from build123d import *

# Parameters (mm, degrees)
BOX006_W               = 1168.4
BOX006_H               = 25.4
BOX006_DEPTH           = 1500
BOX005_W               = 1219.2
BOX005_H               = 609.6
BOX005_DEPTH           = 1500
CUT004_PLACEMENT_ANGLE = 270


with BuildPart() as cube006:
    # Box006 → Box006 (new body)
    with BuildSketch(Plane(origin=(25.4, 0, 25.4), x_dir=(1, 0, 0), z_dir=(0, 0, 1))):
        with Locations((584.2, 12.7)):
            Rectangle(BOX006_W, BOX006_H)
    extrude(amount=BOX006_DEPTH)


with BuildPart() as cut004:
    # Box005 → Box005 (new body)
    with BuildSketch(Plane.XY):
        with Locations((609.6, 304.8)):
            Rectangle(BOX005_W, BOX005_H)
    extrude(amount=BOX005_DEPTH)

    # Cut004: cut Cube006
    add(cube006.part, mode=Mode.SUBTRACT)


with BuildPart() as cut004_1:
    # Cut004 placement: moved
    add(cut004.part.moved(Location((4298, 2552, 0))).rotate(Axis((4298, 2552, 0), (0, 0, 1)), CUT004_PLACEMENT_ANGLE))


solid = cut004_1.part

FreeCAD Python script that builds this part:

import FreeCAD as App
import Part
import Sketcher
Q = App.Units.Quantity


def add_polygon(sketch, points):
    """Adds a closed chain of lines whose ends are joined by coincident constraints."""
    first, n = sketch.GeometryCount, len(points)
    for a, b in zip(points, points[1:] + points[:1]):
        sketch.addGeometry(Part.LineSegment(App.Vector(*a, 0), App.Vector(*b, 0)), False)
    for i in range(n):
        sketch.addConstraint(Sketcher.Constraint("Coincident", first + i, 2, first + (i + 1) % n, 1))

doc = App.newDocument("Part")
body = doc.addObject("PartDesign::Body", "Body")

# Sketch on XY plane
sketch1 = body.newObject("Sketcher::SketchObject", "Sketch")
sketch1.AttachmentSupport = (doc.getObject("XY_Plane"), [""])
sketch1.MapMode = "FlatFace"
sketch1.AttachmentOffset = App.Placement(App.Vector(0, 0, 1 * 25.4), App.Rotation())
add_polygon(sketch1, [(25, 25), (25, 0), (1194, 0), (1194, 25)])  # lines 0-3
sketch1.addConstraint([
    Sketcher.Constraint("Vertical", 0),
    Sketcher.Constraint("Horizontal", 1),
    Sketcher.Constraint("Vertical", 2),
    Sketcher.Constraint("Horizontal", 3),
    Sketcher.Constraint("PointOnObject", 0, 2, -1),
    Sketcher.Constraint("DistanceX", 1, 1, 1, 2, Q("46 in")),
    Sketcher.Constraint("DistanceY", 0, 2, 0, 1, Q("1 in")),
    Sketcher.Constraint("DistanceX", -1, 1, 0, 2, Q("1 in")),
])
pad1 = body.newObject("PartDesign::Pad", "Pad")
pad1.Profile = sketch1
pad1.Length = 1500
body2 = doc.addObject("PartDesign::Body", "Body001")

# Sketch on XY plane
sketch2 = body2.newObject("Sketcher::SketchObject", "Sketch001")
sketch2.AttachmentSupport = (doc.getObject("XY_Plane001"), [""])
sketch2.MapMode = "FlatFace"
add_polygon(sketch2, [(0, 610), (0, 0), (1219, 0), (1219, 610)])  # lines 0-3
sketch2.addConstraint([
    Sketcher.Constraint("Vertical", 0),
    Sketcher.Constraint("Horizontal", 1),
    Sketcher.Constraint("Vertical", 2),
    Sketcher.Constraint("Horizontal", 3),
    Sketcher.Constraint("Coincident", 0, 2, -1, 1),
    Sketcher.Constraint("DistanceX", 1, 1, 1, 2, Q("48 in")),
    Sketcher.Constraint("DistanceY", 0, 2, 0, 1, Q("24 in")),
])
pad2 = body2.newObject("PartDesign::Pad", "Pad001")
pad2.Profile = sketch2
pad2.Length = 1500
doc.recompute()

boolean = body2.newObject("PartDesign::Boolean", "Boolean")
boolean.Type = "Cut"
boolean.addObjects([body])
body3 = doc.addObject("PartDesign::Body", "Body002")
doc.recompute()

body2.Placement = App.Placement(App.Vector(4298, 2552, 0), App.Rotation(App.Vector(0, 0, 1), 270))
boolean2 = body3.newObject("PartDesign::Boolean", "Boolean001")
boolean2.Type = "Fuse"
boolean2.addObjects([body2])

doc.recompute()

*-*-*

HOW TO COMPLETE THIS TASK | All of the material is to be written out exactly.

EXERCISE ANSWER |
from build123d import *

# Parameters (mm, degrees)
BOX006_W               = 1168.4
BOX006_H               = 25.4
BOX006_DEPTH           = 1500
BOX005_W               = 1219.2
BOX005_H               = 609.6
BOX005_DEPTH           = 1500
CUT004_PLACEMENT_ANGLE = 270


with BuildPart() as cube006:
    # Box006 → Box006 (new body)
    with BuildSketch(Plane(origin=(25.4, 0, 25.4), x_dir=(1, 0, 0), z_dir=(0, 0, 1))):
        with Locations((584.2, 12.7)):
            Rectangle(BOX006_W, BOX006_H)
    extrude(amount=BOX006_DEPTH)


with BuildPart() as cut004:
    # Box005 → Box005 (new body)
    with BuildSketch(Plane.XY):
        with Locations((609.6, 304.8)):
            Rectangle(BOX005_W, BOX005_H)
    extrude(amount=BOX005_DEPTH)

    # Cut004: cut Cube006
    add(cube006.part, mode=Mode.SUBTRACT)


with BuildPart() as cut004_1:
    # Cut004 placement: moved
    add(cut004.part.moved(Location((4298, 2552, 0))).rotate(Axis((4298, 2552, 0), (0, 0, 1)), CUT004_PLACEMENT_ANGLE))


solid = cut004_1.part

FreeCAD Python script that builds this part:

import FreeCAD as App
import Part
import Sketcher
Q = App.Units.Quantity


def add_polygon(sketch, points):
    """Adds a closed chain of lines whose ends are joined by coincident constraints."""
    first, n = sketch.GeometryCount, len(points)
    for a, b in zip(points, points[1:] + points[:1]):
        sketch.addGeometry(Part.LineSegment(App.Vector(*a, 0), App.Vector(*b, 0)), False)
    for i in range(n):
        sketch.addConstraint(Sketcher.Constraint("Coincident", first + i, 2, first + (i + 1) % n, 1))

doc = App.newDocument("Part")
body = doc.addObject("PartDesign::Body", "Body")

# Sketch on XY plane
sketch1 = body.newObject("Sketcher::SketchObject", "Sketch")
sketch1.AttachmentSupport = (doc.getObject("XY_Plane"), [""])
sketch1.MapMode = "FlatFace"
sketch1.AttachmentOffset = App.Placement(App.Vector(0, 0, 1 * 25.4), App.Rotation())
add_polygon(sketch1, [(25, 25), (25, 0), (1194, 0), (1194, 25)])  # lines 0-3
sketch1.addConstraint([
    Sketcher.Constraint("Vertical", 0),
    Sketcher.Constraint("Horizontal", 1),
    Sketcher.Constraint("Vertical", 2),
    Sketcher.Constraint("Horizontal", 3),
    Sketcher.Constraint("PointOnObject", 0, 2, -1),
    Sketcher.Constraint("DistanceX", 1, 1, 1, 2, Q("46 in")),
    Sketcher.Constraint("DistanceY", 0, 2, 0, 1, Q("1 in")),
    Sketcher.Constraint("DistanceX", -1, 1, 0, 2, Q("1 in")),
])
pad1 = body.newObject("PartDesign::Pad", "Pad")
pad1.Profile = sketch1
pad1.Length = 1500
body2 = doc.addObject("PartDesign::Body", "Body001")

# Sketch on XY plane
sketch2 = body2.newObject("Sketcher::SketchObject", "Sketch001")
sketch2.AttachmentSupport = (doc.getObject("XY_Plane001"), [""])
sketch2.MapMode = "FlatFace"
add_polygon(sketch2, [(0, 610), (0, 0), (1219, 0), (1219, 610)])  # lines 0-3
sketch2.addConstraint([
    Sketcher.Constraint("Vertical", 0),
    Sketcher.Constraint("Horizontal", 1),
    Sketcher.Constraint("Vertical", 2),
    Sketcher.Constraint("Horizontal", 3),
    Sketcher.Constraint("Coincident", 0, 2, -1, 1),
    Sketcher.Constraint("DistanceX", 1, 1, 1, 2, Q("48 in")),
    Sketcher.Constraint("DistanceY", 0, 2, 0, 1, Q("24 in")),
])
pad2 = body2.newObject("PartDesign::Pad", "Pad001")
pad2.Profile = sketch2
pad2.Length = 1500
doc.recompute()

boolean = body2.newObject("PartDesign::Boolean", "Boolean")
boolean.Type = "Cut"
boolean.addObjects([body])
body3 = doc.addObject("PartDesign::Body", "Body002")
doc.recompute()

body2.Placement = App.Placement(App.Vector(4298, 2552, 0), App.Rotation(App.Vector(0, 0, 1), 270))
boolean2 = body3.newObject("PartDesign::Boolean", "Boolean001")
boolean2.Type = "Fuse"
boolean2.addObjects([body2])

doc.recompute()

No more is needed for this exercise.